So what has God seen of us humans?
Murder? He saw when Cain splashed his brother Abel’s blood on the ground. He has seen every murder since, not just the ones that make headlines in our news. He also sees the secret violence of bloodshed hidden in so many unsolved cases. Add in the casualties of war over the centuries. That’s a total we cannot comprehend, but he knows each of the dead and their stories.
The picture grows darker and more perverted, if that’s possible, when we think of all the other evils that have been and continue to be committed on our planet. It makes my head spin to think of all God has seen and still sees.

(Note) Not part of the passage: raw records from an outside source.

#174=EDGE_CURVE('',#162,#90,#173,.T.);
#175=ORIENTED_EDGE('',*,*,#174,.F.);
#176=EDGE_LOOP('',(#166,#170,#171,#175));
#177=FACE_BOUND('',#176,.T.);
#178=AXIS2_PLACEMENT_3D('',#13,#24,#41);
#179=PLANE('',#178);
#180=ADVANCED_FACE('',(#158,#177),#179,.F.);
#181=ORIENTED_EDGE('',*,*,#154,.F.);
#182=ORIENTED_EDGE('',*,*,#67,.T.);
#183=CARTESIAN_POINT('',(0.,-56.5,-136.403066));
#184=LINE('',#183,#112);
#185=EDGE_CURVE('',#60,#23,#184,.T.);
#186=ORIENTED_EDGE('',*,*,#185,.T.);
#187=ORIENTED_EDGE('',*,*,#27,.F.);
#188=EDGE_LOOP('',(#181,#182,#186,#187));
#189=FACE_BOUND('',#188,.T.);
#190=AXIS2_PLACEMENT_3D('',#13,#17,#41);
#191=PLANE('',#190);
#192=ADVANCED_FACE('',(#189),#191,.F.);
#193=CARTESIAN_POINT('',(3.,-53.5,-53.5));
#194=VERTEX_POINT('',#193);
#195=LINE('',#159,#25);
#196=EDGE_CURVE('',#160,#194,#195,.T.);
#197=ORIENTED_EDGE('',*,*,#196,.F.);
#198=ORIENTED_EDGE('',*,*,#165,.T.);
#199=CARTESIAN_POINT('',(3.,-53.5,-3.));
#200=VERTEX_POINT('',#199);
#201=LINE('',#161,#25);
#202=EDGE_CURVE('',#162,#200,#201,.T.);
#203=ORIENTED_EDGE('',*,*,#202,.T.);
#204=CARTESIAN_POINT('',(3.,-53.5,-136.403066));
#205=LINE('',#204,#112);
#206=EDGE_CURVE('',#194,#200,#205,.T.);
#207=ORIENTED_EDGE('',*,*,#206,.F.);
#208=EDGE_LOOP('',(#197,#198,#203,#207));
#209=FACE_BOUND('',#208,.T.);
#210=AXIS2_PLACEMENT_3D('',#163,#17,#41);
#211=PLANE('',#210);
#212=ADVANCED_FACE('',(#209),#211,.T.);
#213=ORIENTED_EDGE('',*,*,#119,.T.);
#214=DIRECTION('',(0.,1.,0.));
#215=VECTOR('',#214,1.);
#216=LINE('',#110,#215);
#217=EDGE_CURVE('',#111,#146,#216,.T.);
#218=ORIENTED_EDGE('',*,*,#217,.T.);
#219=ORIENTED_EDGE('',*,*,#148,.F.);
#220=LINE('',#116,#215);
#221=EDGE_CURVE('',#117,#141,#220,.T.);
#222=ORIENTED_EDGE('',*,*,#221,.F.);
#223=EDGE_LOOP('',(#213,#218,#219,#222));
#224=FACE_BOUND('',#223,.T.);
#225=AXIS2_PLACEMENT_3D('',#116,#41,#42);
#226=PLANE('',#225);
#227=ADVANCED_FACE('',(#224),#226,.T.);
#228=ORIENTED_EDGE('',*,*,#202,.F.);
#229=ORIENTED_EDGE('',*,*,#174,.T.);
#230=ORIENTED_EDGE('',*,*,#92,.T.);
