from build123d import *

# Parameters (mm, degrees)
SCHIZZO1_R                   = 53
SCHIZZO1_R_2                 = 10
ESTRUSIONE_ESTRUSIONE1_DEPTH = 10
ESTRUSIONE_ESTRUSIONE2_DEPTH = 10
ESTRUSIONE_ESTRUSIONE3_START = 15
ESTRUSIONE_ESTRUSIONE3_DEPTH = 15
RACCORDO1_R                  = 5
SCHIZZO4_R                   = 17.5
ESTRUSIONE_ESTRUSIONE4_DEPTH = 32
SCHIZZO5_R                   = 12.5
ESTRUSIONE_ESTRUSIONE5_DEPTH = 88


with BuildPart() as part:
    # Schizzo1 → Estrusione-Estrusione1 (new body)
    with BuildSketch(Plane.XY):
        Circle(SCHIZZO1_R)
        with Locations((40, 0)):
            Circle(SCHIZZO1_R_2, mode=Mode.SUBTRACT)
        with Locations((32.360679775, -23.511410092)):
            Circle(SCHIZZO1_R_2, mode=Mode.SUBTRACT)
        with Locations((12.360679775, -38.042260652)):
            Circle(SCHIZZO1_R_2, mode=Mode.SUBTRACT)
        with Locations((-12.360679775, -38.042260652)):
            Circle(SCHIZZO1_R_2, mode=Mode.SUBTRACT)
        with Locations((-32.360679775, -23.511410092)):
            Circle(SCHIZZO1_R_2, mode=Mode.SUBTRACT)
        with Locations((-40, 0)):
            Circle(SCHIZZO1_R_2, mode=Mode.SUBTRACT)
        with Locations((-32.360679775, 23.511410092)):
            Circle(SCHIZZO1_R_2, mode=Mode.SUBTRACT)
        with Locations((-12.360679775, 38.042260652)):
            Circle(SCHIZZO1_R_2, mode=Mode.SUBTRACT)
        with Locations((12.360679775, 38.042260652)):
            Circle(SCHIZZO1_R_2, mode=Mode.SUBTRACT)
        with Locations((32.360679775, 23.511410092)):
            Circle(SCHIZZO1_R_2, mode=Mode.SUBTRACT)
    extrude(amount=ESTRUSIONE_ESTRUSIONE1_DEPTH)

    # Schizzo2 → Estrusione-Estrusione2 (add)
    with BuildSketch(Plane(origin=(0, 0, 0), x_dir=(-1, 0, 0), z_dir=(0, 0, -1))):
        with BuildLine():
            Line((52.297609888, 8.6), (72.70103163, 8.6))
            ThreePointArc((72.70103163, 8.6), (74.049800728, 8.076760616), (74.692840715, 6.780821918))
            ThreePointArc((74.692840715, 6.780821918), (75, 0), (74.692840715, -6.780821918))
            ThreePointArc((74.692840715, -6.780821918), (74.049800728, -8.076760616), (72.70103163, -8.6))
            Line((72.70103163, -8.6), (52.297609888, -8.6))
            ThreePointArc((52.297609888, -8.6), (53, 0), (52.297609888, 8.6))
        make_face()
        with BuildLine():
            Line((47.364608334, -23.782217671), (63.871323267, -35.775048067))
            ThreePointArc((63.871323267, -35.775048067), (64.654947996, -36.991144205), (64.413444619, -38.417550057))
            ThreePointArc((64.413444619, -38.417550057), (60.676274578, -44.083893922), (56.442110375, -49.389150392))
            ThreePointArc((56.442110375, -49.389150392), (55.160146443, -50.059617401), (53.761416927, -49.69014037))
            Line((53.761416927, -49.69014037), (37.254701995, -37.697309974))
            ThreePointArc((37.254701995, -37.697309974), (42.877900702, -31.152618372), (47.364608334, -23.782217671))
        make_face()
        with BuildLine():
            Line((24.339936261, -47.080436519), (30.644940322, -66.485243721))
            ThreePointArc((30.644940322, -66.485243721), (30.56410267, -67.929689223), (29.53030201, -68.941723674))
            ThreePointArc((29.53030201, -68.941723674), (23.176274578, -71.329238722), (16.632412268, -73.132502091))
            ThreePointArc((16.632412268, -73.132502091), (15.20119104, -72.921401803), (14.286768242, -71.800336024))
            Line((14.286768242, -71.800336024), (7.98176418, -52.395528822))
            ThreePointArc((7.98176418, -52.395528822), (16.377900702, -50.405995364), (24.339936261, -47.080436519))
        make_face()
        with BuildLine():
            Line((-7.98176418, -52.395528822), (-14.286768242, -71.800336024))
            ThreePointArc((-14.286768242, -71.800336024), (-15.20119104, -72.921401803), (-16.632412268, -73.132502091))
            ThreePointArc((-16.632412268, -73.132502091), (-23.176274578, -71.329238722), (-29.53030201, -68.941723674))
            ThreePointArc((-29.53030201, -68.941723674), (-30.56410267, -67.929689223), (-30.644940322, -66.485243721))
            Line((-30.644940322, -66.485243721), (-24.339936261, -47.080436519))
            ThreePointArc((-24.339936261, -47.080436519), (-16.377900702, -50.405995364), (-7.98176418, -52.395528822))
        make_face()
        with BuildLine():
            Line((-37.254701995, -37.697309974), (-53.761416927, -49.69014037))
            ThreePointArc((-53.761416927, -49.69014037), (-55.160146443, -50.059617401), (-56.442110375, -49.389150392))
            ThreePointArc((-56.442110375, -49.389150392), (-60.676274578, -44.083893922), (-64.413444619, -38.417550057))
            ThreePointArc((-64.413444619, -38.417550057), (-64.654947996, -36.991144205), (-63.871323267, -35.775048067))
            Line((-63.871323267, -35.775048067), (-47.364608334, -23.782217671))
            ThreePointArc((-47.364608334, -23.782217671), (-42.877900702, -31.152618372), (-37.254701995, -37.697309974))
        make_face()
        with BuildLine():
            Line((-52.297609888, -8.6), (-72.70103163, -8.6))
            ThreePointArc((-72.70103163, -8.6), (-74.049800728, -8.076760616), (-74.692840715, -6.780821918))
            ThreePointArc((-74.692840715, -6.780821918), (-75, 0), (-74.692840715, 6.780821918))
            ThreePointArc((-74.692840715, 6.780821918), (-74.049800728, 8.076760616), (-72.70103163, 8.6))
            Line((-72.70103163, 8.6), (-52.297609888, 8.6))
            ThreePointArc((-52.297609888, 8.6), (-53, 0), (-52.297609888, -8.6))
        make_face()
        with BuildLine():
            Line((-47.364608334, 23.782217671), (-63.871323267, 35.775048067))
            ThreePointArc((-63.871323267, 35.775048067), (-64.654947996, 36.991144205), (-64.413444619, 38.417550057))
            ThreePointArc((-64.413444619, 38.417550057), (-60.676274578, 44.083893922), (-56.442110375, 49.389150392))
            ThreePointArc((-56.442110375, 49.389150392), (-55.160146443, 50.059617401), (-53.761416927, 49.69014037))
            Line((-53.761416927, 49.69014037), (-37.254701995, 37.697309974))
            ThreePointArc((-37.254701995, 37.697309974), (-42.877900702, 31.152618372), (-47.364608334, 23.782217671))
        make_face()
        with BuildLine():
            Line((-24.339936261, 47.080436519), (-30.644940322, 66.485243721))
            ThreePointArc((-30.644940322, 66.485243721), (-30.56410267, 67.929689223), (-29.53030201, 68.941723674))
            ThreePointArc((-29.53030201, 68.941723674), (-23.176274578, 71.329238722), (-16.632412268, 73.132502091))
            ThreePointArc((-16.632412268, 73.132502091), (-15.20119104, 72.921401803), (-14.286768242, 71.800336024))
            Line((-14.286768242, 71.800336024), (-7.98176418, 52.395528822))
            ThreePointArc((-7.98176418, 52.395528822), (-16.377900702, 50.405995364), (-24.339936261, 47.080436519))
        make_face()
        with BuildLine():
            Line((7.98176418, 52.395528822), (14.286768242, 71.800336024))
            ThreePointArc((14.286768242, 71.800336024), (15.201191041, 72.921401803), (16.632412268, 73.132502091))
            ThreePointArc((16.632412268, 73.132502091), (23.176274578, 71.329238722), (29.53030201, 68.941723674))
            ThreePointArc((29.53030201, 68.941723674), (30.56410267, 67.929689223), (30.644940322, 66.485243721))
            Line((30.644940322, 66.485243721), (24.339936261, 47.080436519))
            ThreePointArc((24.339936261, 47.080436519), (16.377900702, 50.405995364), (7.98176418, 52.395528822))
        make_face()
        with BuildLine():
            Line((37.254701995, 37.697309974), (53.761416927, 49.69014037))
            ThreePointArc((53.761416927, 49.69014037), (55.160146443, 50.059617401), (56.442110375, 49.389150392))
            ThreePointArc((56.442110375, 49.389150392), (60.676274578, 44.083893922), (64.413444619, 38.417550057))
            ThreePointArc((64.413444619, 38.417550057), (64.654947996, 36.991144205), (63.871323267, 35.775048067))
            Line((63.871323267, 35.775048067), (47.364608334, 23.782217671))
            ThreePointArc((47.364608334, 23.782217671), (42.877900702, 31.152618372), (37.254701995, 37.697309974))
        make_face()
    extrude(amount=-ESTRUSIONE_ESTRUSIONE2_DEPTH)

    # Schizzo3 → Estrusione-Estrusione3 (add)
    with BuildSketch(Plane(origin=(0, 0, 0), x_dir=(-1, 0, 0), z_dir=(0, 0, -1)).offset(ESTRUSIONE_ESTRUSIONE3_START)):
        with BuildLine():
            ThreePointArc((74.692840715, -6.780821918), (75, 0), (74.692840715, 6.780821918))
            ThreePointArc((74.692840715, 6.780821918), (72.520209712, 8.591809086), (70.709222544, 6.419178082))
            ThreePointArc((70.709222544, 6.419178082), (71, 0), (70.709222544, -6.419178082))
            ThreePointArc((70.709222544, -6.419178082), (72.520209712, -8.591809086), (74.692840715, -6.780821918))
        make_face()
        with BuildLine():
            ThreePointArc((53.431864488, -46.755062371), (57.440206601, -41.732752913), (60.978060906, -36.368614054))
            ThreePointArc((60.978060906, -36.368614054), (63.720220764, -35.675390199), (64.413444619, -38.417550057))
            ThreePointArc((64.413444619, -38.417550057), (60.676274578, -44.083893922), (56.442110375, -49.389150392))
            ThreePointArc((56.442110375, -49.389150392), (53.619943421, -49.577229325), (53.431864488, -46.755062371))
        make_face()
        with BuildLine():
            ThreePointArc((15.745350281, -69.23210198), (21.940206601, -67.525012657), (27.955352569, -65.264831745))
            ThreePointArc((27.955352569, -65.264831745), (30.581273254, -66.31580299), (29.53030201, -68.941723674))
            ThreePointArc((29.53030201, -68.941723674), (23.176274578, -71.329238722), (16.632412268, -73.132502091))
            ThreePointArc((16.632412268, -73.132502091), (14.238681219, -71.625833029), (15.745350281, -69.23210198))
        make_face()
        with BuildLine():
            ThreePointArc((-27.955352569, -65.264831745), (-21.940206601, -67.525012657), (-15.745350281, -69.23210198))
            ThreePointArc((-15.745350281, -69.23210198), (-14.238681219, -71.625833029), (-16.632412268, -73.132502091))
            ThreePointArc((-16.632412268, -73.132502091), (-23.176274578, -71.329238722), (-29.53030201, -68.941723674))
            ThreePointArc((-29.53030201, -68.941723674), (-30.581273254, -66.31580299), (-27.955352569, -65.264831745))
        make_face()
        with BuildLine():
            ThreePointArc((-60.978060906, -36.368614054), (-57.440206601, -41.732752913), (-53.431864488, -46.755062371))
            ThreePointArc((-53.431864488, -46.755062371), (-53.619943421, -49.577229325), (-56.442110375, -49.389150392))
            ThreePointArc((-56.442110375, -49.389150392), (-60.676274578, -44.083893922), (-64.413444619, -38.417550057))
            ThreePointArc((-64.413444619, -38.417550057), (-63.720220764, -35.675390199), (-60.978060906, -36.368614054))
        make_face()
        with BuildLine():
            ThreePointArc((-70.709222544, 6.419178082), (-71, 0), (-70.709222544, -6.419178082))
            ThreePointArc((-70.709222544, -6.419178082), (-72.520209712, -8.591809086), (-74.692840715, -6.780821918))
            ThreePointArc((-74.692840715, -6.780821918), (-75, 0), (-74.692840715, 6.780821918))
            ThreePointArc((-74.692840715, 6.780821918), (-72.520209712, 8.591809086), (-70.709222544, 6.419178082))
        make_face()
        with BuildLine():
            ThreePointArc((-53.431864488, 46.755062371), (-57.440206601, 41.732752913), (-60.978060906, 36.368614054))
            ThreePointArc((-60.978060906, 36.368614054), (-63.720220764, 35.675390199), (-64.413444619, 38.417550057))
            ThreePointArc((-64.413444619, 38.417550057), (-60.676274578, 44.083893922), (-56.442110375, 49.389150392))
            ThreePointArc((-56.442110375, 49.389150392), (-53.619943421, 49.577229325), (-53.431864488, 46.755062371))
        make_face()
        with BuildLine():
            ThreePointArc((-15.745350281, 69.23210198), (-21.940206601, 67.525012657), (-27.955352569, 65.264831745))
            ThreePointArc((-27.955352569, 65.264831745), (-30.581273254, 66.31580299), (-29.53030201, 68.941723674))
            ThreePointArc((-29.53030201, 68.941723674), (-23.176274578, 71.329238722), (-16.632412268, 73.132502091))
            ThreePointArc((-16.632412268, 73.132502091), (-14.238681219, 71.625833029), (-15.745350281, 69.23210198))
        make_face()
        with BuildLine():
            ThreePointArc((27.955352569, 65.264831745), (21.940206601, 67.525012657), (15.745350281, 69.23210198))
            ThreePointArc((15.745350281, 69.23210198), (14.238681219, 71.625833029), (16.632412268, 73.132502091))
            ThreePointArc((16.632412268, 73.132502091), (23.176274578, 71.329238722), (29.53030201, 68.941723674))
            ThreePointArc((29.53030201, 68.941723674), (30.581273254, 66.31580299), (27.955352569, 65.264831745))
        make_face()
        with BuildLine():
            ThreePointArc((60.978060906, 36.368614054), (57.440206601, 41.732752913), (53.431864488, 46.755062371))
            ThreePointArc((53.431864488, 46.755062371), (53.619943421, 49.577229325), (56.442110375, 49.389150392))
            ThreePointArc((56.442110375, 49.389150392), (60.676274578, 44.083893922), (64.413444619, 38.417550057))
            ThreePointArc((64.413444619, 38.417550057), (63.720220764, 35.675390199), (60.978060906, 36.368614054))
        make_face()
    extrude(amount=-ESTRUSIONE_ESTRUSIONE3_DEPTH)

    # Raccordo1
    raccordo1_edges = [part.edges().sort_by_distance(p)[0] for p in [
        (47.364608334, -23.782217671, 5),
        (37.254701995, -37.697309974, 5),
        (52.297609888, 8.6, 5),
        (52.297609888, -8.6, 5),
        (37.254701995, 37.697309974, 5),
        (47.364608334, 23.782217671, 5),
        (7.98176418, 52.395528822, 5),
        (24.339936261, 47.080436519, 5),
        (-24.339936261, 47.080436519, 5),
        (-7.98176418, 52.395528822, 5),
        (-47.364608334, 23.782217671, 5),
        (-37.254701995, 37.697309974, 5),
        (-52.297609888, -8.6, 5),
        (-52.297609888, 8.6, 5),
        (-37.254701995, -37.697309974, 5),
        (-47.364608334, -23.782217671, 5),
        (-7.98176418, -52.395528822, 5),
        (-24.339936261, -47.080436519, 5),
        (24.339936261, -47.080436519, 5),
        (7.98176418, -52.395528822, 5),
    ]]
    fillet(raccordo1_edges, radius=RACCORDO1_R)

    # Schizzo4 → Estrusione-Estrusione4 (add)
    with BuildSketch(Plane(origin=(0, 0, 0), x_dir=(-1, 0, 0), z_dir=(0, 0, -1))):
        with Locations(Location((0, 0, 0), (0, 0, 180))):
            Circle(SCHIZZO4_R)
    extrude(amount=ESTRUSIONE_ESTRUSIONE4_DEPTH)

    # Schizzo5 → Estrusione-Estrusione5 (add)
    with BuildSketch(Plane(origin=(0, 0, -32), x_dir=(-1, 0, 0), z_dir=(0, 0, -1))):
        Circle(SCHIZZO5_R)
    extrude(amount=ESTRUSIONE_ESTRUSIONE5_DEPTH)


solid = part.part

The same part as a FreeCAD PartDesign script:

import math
import FreeCAD as App
import Part
import Sketcher

V = App.Vector
Q = App.Units.Quantity


def edges_at(feature, points):
    """Names of the edges that pass closest to the given points."""
    edges = feature.Shape.Edges
    near = lambda p: min(range(len(edges)), key=lambda i: edges[i].distToShape(Part.Vertex(*p))[0])
    return sorted({f"Edge{near(p) + 1}" for p in points})

doc = App.newDocument("Part")
params = doc.addObject("Spreadsheet::Sheet", "Params")
for row, (alias, value) in enumerate([
    ("sketch1_diameter", "106 mm"),
    ("sketch1_diameter2", "20 mm"),
    ("pad1_length", "10 mm"),
    ("sketch2_radius", "53 mm"),
    ("sketch2_radius2", "2 mm"),
    ("sketch2_radius3", "75 mm"),
    ("pad2_length", "10 mm"),
    ("sketch3_radius", "75 mm"),
    ("sketch3_radius2", "2 mm"),
    ("pad3_length", "15 mm"),
    ("fillet_radius", "5 mm"),
    ("sketch4_diameter", "35 mm"),
    ("pad4_length", "32 mm"),
    ("sketch5_diameter", "25 mm"),
    ("pad5_length", "88 mm"),
], start=1):
    params.set(f"A{row}", alias)
    params.set(f"B{row}", "=" + value)
    params.setAlias(f"B{row}", alias)

body = doc.addObject("PartDesign::Body", "Body")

At one point, God told us what he saw, “How great the wickedness of the human race had become” (Genesis 6:5). In the verse after his observation, we read, “The LORD regretted that he had made human beings on earth.” That’s a powerful indictment! Tragically, our world today is no better.
What is surprising is how patient and long-suffering God is with human evil. At one point, he did destroy the world along with all its evil and washed it clean. But since then humanity has forged a path back to the dark and evil past.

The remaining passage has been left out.